Records drawn from a dataset:
***
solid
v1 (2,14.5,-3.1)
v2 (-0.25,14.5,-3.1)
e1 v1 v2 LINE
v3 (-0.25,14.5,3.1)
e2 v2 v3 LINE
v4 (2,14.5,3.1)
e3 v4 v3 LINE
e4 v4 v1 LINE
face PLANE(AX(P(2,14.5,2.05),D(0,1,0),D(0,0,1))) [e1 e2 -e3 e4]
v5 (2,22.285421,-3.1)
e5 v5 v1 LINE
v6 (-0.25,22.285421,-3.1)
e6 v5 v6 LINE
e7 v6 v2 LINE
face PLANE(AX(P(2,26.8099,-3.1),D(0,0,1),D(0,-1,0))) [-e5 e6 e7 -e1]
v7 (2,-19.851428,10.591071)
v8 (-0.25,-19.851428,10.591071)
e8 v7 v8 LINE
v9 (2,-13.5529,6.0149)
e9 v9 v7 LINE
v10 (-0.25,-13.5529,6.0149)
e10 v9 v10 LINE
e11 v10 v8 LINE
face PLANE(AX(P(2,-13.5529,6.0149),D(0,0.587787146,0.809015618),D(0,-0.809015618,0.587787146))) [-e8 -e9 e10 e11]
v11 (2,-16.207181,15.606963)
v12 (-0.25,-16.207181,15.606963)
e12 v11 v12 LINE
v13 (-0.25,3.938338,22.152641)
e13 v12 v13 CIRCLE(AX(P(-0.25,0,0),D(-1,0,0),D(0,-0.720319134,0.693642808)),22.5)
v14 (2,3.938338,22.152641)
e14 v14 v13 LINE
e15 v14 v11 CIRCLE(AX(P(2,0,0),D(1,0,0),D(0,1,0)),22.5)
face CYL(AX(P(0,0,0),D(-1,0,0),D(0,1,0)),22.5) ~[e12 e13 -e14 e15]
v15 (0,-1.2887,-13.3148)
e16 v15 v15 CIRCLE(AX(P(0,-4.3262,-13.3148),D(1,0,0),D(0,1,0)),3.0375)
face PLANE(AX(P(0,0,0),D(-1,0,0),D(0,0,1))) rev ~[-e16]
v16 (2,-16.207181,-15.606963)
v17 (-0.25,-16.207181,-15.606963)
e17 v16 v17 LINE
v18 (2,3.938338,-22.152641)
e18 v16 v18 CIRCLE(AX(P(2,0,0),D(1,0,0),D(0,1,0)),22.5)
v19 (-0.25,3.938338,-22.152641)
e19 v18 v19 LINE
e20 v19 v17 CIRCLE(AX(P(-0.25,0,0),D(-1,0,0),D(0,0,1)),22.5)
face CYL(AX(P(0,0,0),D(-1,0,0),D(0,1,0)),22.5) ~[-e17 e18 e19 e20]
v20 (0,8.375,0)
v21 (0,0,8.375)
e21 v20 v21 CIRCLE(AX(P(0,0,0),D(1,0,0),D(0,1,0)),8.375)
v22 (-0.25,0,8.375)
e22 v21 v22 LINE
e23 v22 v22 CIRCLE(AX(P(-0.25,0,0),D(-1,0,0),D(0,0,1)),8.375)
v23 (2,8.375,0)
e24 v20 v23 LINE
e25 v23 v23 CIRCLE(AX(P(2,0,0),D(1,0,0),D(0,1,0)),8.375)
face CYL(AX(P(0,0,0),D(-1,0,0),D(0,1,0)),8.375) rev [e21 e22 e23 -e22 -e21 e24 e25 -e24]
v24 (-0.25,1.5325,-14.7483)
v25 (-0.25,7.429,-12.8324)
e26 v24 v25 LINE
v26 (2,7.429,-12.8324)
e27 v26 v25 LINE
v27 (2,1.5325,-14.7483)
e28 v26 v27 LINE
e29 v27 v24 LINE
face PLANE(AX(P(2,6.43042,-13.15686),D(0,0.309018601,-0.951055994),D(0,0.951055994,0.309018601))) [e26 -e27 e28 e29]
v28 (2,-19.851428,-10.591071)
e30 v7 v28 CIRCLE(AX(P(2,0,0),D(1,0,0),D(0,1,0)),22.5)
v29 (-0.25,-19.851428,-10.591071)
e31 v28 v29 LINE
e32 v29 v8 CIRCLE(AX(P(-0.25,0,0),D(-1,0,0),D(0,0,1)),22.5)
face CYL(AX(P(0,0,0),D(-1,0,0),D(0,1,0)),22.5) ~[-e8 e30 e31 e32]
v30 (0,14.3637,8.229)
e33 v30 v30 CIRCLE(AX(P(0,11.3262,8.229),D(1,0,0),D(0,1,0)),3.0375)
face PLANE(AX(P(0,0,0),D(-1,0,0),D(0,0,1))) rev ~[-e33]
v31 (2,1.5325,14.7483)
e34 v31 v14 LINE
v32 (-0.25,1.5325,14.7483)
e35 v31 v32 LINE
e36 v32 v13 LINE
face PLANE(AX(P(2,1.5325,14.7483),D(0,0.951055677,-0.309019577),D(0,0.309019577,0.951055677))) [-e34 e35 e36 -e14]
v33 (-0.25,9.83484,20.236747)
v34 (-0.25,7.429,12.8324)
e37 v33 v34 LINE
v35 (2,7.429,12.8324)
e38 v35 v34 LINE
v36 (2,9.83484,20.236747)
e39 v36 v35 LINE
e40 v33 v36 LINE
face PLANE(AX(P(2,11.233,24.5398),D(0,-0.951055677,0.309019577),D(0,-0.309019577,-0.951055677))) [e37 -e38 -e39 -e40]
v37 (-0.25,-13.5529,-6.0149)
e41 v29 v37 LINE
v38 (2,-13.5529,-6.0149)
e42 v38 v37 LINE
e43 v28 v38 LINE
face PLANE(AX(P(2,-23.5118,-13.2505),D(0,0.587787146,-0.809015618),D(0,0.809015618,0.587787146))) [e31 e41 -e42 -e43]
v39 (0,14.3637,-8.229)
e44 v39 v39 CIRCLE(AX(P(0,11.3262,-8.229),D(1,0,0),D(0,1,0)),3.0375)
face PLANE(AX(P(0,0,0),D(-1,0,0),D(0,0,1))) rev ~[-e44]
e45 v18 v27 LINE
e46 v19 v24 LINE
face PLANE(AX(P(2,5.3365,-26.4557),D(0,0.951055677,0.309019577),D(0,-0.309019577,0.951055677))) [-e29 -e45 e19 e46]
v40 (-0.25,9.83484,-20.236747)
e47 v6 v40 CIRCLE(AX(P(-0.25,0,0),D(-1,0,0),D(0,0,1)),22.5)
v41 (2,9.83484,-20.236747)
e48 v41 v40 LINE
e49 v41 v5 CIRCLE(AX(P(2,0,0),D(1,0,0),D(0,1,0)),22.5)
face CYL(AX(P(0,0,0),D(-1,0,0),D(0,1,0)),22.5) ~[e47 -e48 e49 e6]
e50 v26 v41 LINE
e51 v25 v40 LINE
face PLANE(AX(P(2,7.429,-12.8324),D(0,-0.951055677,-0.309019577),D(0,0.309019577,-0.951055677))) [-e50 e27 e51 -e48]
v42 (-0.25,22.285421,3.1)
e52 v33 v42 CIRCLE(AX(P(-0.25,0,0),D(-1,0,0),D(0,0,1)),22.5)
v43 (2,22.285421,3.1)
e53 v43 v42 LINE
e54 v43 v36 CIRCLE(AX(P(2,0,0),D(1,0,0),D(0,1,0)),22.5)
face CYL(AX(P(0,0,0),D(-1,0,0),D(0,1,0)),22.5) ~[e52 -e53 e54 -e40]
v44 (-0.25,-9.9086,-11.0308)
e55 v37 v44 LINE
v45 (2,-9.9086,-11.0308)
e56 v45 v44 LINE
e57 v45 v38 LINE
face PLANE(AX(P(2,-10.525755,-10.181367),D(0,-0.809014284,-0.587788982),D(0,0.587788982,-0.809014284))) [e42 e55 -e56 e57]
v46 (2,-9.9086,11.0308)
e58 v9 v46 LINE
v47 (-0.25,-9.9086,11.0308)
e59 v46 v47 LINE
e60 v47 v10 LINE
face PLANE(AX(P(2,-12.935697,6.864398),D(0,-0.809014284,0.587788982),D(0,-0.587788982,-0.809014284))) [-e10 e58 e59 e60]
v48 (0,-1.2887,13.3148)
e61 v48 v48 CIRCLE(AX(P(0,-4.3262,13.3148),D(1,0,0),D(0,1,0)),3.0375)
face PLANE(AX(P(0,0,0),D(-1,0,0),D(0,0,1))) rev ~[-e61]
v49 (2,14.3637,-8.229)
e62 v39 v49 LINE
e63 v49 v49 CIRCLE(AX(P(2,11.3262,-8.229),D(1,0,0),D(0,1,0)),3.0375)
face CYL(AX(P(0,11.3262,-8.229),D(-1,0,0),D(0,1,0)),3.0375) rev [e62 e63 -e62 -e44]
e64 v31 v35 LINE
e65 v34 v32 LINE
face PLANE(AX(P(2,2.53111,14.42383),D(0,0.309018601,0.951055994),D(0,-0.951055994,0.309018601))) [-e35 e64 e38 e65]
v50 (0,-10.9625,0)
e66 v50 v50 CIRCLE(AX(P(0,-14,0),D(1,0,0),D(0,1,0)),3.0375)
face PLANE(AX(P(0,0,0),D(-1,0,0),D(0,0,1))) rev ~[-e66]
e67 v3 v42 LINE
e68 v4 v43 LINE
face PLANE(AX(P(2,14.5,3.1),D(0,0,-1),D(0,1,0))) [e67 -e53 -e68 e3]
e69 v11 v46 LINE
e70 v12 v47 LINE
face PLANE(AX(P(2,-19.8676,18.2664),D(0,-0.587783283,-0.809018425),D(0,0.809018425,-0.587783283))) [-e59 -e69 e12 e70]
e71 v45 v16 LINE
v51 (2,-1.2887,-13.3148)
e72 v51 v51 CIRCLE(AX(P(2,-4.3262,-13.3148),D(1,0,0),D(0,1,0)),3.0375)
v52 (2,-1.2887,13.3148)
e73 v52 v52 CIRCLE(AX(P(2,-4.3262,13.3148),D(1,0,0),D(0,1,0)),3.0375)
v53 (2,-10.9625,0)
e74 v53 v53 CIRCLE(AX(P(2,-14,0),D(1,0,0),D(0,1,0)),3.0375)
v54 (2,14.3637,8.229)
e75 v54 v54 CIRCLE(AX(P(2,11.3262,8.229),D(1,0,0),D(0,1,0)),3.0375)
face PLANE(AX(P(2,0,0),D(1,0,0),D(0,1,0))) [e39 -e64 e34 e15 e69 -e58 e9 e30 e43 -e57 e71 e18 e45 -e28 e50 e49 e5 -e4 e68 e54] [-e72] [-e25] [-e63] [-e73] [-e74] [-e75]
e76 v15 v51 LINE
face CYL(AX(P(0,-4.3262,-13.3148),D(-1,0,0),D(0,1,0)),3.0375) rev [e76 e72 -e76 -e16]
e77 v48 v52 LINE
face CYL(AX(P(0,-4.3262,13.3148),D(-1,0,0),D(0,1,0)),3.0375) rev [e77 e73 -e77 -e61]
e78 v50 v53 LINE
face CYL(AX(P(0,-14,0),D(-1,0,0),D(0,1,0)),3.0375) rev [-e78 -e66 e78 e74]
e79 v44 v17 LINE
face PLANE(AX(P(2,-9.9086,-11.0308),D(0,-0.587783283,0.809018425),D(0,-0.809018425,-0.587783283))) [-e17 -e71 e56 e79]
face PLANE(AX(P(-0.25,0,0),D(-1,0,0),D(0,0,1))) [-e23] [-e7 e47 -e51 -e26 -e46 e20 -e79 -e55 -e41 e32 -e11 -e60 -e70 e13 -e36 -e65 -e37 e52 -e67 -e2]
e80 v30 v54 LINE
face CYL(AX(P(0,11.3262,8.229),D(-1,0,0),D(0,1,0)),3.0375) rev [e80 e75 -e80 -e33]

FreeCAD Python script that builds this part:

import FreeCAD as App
import Part
import Sketcher
from FreeCAD import Vector
Q = App.Units.Quantity


def add_polygon(sketch, points):
    """Adds a closed chain of lines whose ends are joined by coincident constraints."""
    first, n = sketch.GeometryCount, len(points)
    for a, b in zip(points, points[1:] + points[:1]):
        sketch.addGeometry(Part.LineSegment(App.Vector(*a, 0), App.Vector(*b, 0)), False)
    for i in range(n):
        sketch.addConstraint(Sketcher.Constraint("Coincident", first + i, 2, first + (i + 1) % n, 1))

doc = App.newDocument("Part")
body = doc.addObject("PartDesign::Body", "Body")

# Sketch on YZ plane
sketch1 = body.newObject("Sketcher::SketchObject", "Sketch")
sketch1.AttachmentSupport = (doc.getObject("YZ_Plane"), [""])
sketch1.MapMode = "FlatFace"
sketch1.addGeometry([
    Part.Circle(Vector(0, 0, 0), Vector(0, 0, 1), 22.5),  # 0
    Part.Circle(Vector(-4.3, -13.3, 0), Vector(0, 0, 1), 3),  # 1
    Part.Circle(Vector(11.3, -8.2, 0), Vector(0, 0, 1), 3),  # 2
    Part.Circle(Vector(-14, 0, 0), Vector(0, 0, 1), 3),  # 3
    Part.Circle(Vector(-4.3, 13.3, 0), Vector(0, 0, 1), 3),  # 4
    Part.Circle(Vector(0, 0, 0), Vector(0, 0, 1), 8.4),  # 5
    Part.Circle(Vector(11.3, 8.2, 0), Vector(0, 0, 1), 3),  # 6
], False)
sketch1.addConstraint([
    Sketcher.Constraint("Coincident", 0, 3, -1, 1),
    Sketcher.Constraint("Coincident", 5, 3, -1, 1),
    Sketcher.Constraint("Equal", 1, 2),
    Sketcher.Constraint("Equal", 2, 3),
    Sketcher.Constraint("Equal", 3, 4),
    Sketcher.Constraint("Equal", 4, 6),
    Sketcher.Constraint("Symmetric", 1, 3, 4, 3, -1),
    Sketcher.Constraint("Symmetric", 2, 3, 6, 3, -1),
    Sketcher.Constraint("PointOnObject", 3, 3, -1),
    Sketcher.Constraint("Diameter", 0, 45.0),
    Sketcher.Constraint("Diameter", 5, 16.75),
    Sketcher.Constraint("Diameter", 1, 6.075),
    Sketcher.Constraint("DistanceX", 3, 3, -1, 1, 14.0),
    Sketcher.Constraint("DistanceY", 2, 3, -1, 1, 8.229),
    Sketcher.Constraint("DistanceX", 1, 3, -1, 1, 4.3262),
    Sketcher.Constraint("DistanceY", 1, 3, -1, 1, 13.3148),
    Sketcher.Constraint("DistanceX", -1, 1, 2, 3, 11.3262),
])
pad1 = body.newObject("PartDesign::Pad", "Pad")
pad1.Profile = sketch1
pad1.Length = 2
***
■ **What the task asks**:
Of all the entries above, output exactly the lines between the one holding "face PLANE(AX(P(-0.25,0,0),D(-1,0,0),D(0,0,1))) [-e23]" and the one holding "FreeCAD Python script", inclusive.

■ **The completed task**:
face PLANE(AX(P(-0.25,0,0),D(-1,0,0),D(0,0,1))) [-e23] [-e7 e47 -e51 -e26 -e46 e20 -e79 -e55 -e41 e32 -e11 -e60 -e70 e13 -e36 -e65 -e37 e52 -e67 -e2]
e80 v30 v54 LINE
face CYL(AX(P(0,11.3262,8.229),D(-1,0,0),D(0,1,0)),3.0375) rev [e80 e75 -e80 -e33]

FreeCAD Python script that builds this part:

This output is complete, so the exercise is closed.